Department of Medical Laboratory Sciences, College of Health Sciences, Addis Ababa University, Addis Ababa, Ethiopia.
PLoS Negl Trop Dis. 2022 Jan 10;16(1):e0010120. doi: 10.1371/journal.pntd.0010120. eCollection 2022 Jan.
Intestinal parasites and Tuberculosis (TB) co-infection is a major public health problem. The parasitic infection suppresses the cell mediated immunity that protects tuberculosis. Helminthes-induced immune modulation promotes progression to active tuberculosis. However, there is paucity of evidences on the intestinal parasites-tuberculosis co-infection in Ethiopia. This study explores the magnitude and associated factors of intestinal parasitic infection and TB among suspected pulmonary Tuberculosis (PTB) patients.
A cross-sectional study design was conducted in Kuyu General Hospital from December 2019-March 2020. The socio-demographic data and associated factors were collected by structured questionnaire and then spot-spot sputum and fresh stool samples were collected following standard guidelines and were processed. Descriptive analysis was conducted and reported in frequency and percentage. Bivariate analysis was computed and a multivariable analysis was conducted to provide an adjusted odds ratio (AOR). P-value <0.05 at 95% confidence interval was considered as statistically significant.
The burden of intestinal parasites was 20.2% (49/ 242) and 6.1% (20/ 242) of them were helminths infections and 14.1% (29/ 242) were protozoa infections. Of 242 patients, 14.9% (36/242) were sputum smear-positive for acid fast-bacilli. Of 36 smear positive patients, 9(25%) had TB-intestinal parasites co-infection. Dwelling in rural areas and having untrimmed fingernails were statistically significantly associated with intestinal parasites. Having a contact history of Tb patients was significantly associated with pulmonary tuberculosis.

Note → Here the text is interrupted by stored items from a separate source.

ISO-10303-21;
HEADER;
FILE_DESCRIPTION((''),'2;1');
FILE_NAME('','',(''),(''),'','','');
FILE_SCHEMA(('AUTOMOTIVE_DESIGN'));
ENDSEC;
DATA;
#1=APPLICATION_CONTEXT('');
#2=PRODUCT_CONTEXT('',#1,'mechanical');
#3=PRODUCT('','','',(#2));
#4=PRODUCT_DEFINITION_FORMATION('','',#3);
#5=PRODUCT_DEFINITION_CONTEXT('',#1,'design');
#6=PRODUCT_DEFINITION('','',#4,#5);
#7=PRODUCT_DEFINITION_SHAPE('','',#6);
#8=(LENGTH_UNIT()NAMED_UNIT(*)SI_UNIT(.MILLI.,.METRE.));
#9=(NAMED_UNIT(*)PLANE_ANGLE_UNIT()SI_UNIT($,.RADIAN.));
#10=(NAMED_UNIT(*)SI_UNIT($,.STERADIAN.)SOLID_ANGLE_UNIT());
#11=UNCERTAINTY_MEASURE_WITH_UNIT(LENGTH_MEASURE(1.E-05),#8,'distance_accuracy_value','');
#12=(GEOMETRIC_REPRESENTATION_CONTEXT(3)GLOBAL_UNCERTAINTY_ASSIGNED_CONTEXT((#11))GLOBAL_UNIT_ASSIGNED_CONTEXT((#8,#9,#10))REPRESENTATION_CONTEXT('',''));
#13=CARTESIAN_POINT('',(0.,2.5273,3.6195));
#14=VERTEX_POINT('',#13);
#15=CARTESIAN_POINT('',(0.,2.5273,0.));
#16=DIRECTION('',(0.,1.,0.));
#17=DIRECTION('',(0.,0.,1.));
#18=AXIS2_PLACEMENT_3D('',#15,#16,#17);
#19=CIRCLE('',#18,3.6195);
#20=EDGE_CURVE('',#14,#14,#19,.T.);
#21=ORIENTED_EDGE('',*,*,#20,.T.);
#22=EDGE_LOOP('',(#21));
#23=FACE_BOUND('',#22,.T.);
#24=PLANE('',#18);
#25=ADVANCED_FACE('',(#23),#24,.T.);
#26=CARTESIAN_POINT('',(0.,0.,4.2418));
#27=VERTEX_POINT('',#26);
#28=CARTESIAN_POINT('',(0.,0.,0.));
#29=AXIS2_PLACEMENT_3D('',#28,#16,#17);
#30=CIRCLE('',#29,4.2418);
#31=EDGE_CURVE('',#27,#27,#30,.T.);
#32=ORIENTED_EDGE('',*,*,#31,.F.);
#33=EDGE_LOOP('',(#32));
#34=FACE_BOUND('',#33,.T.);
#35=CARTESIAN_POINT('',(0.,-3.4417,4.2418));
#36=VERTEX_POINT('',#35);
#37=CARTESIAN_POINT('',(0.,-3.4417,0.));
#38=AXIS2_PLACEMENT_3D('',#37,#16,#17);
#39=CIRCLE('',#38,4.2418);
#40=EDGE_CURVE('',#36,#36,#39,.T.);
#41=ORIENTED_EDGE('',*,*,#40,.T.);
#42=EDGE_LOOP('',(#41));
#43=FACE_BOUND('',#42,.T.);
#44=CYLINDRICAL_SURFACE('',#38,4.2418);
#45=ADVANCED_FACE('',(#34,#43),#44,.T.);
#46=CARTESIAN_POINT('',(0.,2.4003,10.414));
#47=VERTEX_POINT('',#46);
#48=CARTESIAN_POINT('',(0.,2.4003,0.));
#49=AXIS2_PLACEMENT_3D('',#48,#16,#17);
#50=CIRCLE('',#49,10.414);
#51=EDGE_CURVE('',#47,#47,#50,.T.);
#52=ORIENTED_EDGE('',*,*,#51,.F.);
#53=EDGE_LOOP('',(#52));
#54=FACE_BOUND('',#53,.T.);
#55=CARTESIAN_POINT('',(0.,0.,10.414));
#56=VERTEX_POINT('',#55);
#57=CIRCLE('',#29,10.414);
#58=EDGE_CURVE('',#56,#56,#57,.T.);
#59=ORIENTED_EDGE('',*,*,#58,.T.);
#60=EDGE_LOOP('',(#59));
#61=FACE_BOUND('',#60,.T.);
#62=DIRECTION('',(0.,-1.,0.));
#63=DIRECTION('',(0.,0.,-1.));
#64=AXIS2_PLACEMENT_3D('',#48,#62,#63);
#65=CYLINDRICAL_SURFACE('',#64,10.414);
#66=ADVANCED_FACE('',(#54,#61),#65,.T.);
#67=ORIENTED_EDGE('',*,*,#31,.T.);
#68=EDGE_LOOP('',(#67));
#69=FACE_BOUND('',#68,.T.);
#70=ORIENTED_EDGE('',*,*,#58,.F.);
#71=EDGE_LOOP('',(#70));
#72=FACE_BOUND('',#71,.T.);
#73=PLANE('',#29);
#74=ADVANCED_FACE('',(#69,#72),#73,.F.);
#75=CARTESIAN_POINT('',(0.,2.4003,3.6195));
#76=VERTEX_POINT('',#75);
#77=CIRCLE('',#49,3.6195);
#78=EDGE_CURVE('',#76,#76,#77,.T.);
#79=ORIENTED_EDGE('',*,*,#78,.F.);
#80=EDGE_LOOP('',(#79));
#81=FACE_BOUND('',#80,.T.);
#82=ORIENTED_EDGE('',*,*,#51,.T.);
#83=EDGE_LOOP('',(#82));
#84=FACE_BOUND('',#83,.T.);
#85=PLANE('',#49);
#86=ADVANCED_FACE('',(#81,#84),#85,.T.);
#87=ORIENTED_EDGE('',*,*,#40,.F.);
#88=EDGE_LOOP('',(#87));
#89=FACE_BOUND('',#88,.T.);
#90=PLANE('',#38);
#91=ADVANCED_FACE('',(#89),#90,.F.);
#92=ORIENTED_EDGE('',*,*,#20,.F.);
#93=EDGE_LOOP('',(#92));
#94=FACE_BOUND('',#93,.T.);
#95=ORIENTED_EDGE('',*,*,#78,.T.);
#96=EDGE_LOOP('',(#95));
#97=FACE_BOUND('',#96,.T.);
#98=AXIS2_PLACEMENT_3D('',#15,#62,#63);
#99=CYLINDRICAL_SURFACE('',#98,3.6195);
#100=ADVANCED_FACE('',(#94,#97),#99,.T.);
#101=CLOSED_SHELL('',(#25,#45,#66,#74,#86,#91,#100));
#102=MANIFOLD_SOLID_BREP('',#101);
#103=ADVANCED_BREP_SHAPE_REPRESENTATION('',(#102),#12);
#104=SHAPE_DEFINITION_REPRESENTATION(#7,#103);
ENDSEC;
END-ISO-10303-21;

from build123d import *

# Parameters (mm, degrees)
SKETCH1_R           = 10.414
BOSS_EXTRUDE1_DEPTH = 2.4003
SKETCH2_R           = 4.2418
BOSS_EXTRUDE2_DEPTH = 5.842
SKETCH3_R           = 3.6195
BOSS_EXTRUDE3_DEPTH = 0.127


with BuildPart() as part:
    # Sketch1 → Boss-Extrude1 (new body)
    with BuildSketch(Plane(origin=(0, 0, 0), x_dir=(1, 0, 0), z_dir=(0, 1, 0))):
        with Locations(Location((0, 0, 0), (0, 0, 270))):
            Circle(SKETCH1_R)
    extrude(amount=BOSS_EXTRUDE1_DEPTH)

    # Sketch2 → Boss-Extrude2 (add)
    with BuildSketch(Plane(origin=(0, 2.4003, 0), x_dir=(1, 0, 0), z_dir=(0, 1, 0))):
        with Locations(Location((0, 0, 0), (0, 0, 270))):
            Circle(SKETCH2_R)
    extrude(amount=-BOSS_EXTRUDE2_DEPTH)

    # Sketch3 → Boss-Extrude3 (add)
    with BuildSketch(Plane(origin=(0, 2.4003, 0), x_dir=(1, 0, 0), z_dir=(0, 1, 0))):
        with Locations(Location((0, 0, 0), (0, 0, 270))):
            Circle(SKETCH3_R)
    extrude(amount=BOSS_EXTRUDE3_DEPTH)


solid = part.part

The magnitude of intestinal parasites and TB among PTB suspected patients were high. Hookworm infection was the predominant helmenthic infection. It is important to consider screening TB patients for intestinal parasites and treat co-infection properly.

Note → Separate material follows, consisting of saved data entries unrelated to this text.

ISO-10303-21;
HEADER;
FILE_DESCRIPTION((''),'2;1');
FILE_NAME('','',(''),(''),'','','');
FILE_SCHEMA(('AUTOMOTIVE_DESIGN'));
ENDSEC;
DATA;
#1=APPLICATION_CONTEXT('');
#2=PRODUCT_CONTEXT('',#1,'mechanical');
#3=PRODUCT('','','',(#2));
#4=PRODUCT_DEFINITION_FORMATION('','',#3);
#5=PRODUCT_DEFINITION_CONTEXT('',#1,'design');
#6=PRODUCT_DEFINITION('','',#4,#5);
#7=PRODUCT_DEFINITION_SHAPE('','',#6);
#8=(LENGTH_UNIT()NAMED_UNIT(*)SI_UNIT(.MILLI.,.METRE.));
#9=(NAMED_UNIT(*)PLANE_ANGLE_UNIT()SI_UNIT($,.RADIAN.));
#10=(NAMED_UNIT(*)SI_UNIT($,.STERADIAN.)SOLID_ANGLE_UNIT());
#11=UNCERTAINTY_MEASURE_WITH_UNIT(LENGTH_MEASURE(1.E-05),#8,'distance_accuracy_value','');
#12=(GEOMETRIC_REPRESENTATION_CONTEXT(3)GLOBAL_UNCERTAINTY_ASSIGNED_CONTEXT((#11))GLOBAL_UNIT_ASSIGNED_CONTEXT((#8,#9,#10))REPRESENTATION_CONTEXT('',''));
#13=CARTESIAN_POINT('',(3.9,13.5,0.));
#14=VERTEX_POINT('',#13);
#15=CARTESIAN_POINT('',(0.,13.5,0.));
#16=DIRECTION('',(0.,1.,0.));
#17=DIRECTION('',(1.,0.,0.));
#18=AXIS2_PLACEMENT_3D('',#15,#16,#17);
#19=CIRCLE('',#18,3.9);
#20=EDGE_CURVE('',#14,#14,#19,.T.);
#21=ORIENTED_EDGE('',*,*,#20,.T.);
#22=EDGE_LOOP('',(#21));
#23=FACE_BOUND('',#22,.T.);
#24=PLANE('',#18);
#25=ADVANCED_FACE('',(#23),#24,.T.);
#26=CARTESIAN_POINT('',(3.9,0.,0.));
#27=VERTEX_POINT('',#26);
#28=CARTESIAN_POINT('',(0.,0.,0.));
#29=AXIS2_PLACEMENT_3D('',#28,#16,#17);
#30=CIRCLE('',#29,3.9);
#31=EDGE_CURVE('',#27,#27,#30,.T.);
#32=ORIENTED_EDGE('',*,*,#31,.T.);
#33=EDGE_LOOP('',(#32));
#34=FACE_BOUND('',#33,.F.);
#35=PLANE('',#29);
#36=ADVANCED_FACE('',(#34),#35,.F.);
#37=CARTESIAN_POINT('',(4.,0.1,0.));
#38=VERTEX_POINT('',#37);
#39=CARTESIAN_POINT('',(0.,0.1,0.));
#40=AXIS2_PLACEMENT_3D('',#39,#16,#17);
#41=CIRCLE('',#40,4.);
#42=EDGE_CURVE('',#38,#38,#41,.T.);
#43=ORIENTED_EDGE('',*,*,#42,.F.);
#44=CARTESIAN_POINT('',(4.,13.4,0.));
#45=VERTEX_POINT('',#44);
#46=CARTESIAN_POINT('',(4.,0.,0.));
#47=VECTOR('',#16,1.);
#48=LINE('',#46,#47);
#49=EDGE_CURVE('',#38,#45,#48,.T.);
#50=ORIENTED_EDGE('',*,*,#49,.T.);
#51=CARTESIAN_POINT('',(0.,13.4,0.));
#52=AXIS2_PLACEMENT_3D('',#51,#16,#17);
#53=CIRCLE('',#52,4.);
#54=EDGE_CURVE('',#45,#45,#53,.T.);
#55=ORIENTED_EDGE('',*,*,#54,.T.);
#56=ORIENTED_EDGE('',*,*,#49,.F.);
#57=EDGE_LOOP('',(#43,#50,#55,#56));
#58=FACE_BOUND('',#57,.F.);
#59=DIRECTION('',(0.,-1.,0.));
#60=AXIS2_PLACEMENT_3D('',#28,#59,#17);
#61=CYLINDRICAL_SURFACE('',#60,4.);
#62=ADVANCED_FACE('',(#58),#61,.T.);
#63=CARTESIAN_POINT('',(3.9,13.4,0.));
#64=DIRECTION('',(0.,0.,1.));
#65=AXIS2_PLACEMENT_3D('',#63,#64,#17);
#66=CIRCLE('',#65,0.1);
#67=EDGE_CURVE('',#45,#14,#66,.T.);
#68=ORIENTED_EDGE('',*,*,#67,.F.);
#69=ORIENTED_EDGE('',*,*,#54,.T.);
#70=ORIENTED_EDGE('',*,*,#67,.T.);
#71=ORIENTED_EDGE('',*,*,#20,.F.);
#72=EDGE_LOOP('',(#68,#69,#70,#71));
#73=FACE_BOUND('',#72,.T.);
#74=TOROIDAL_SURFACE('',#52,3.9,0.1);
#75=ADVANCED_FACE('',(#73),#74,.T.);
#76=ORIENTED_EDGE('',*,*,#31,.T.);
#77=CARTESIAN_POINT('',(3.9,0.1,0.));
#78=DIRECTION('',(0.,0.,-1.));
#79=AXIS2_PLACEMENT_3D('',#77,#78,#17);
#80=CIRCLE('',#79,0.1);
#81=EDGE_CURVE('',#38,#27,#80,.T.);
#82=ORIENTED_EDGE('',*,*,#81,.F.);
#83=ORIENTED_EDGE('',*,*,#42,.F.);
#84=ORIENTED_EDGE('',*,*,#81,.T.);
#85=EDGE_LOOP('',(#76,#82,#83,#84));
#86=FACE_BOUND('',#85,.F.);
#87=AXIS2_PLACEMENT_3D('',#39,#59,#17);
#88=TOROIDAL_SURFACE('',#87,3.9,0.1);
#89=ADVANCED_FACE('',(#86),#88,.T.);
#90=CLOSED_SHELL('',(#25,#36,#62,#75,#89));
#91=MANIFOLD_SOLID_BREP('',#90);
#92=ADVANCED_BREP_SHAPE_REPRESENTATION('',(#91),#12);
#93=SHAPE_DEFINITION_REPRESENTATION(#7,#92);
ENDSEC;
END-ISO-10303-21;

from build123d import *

# Parameters (mm, degrees)
SKETCH_1_R      = 4
EXTRUDE_1_DEPTH = 13.5
FILLET_1_R      = 0.1
FILLET_2_R      = 0.1


with BuildPart() as part:
    # Эскиз1 → Бобышка-Вытянуть1 (new body)
    with BuildSketch(Plane(origin=(0, 0, 0), x_dir=(1, 0, 0), z_dir=(0, 1, 0))):
        Circle(SKETCH_1_R)
    extrude(amount=EXTRUDE_1_DEPTH)

    # Скругление1
    fillet_1_edges = [part.edges().sort_by_distance(p)[0] for p in [
        (-4, 13.5, 0),
    ]]
    fillet(fillet_1_edges, radius=FILLET_1_R)

    # Скругление2
    fillet_2_edges = [part.edges().sort_by_distance(p)[0] for p in [
        (-4, 0, 0),
    ]]
    fillet(fillet_2_edges, radius=FILLET_2_R)


solid = part.part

肠道寄生虫和结核病(TB)合并感染是一个主要的公共卫生问题。寄生虫感染会抑制保护结核病的细胞介导免疫。蠕虫诱导的免疫调节会促进活动性结核病的发展。然而,在埃塞俄比亚,关于肠道寄生虫-结核病合并感染的证据很少。本研究旨在探讨疑似肺结核(PTB)患者中肠道寄生虫感染和结核病的流行程度及相关因素。
本横断面研究于 2019 年 12 月至 2020 年 3 月在库尤综合医院进行。采用结构化问卷收集社会人口统计学数据和相关因素,然后按照标准指南采集痰和新鲜粪便样本并进行处理。采用描述性分析方法进行分析,并以频率和百分比报告。进行了单变量分析,并进行了多变量分析以提供调整后的优势比(AOR)。置信区间为 95%,P 值<0.05 被认为具有统计学意义。
肠道寄生虫的负担为 20.2%(49/242),其中 6.1%(20/242)为蠕虫感染,14.1%(29/242)为原虫感染。在 242 例患者中,14.9%(36/242)的痰液抗酸杆菌涂片阳性。在 36 例涂片阳性患者中,有 9 例(25%)患有 TB-肠道寄生虫合并感染。居住在农村地区和未修剪的指甲与肠道寄生虫感染有统计学显著关联。有结核病患者接触史与肺结核有显著关联。
在疑似肺结核患者中,肠道寄生虫和结核病的流行程度很高。钩虫感染是主要的蠕虫感染。重要的是要考虑对结核病患者进行肠道寄生虫筛查,并适当治疗合并感染。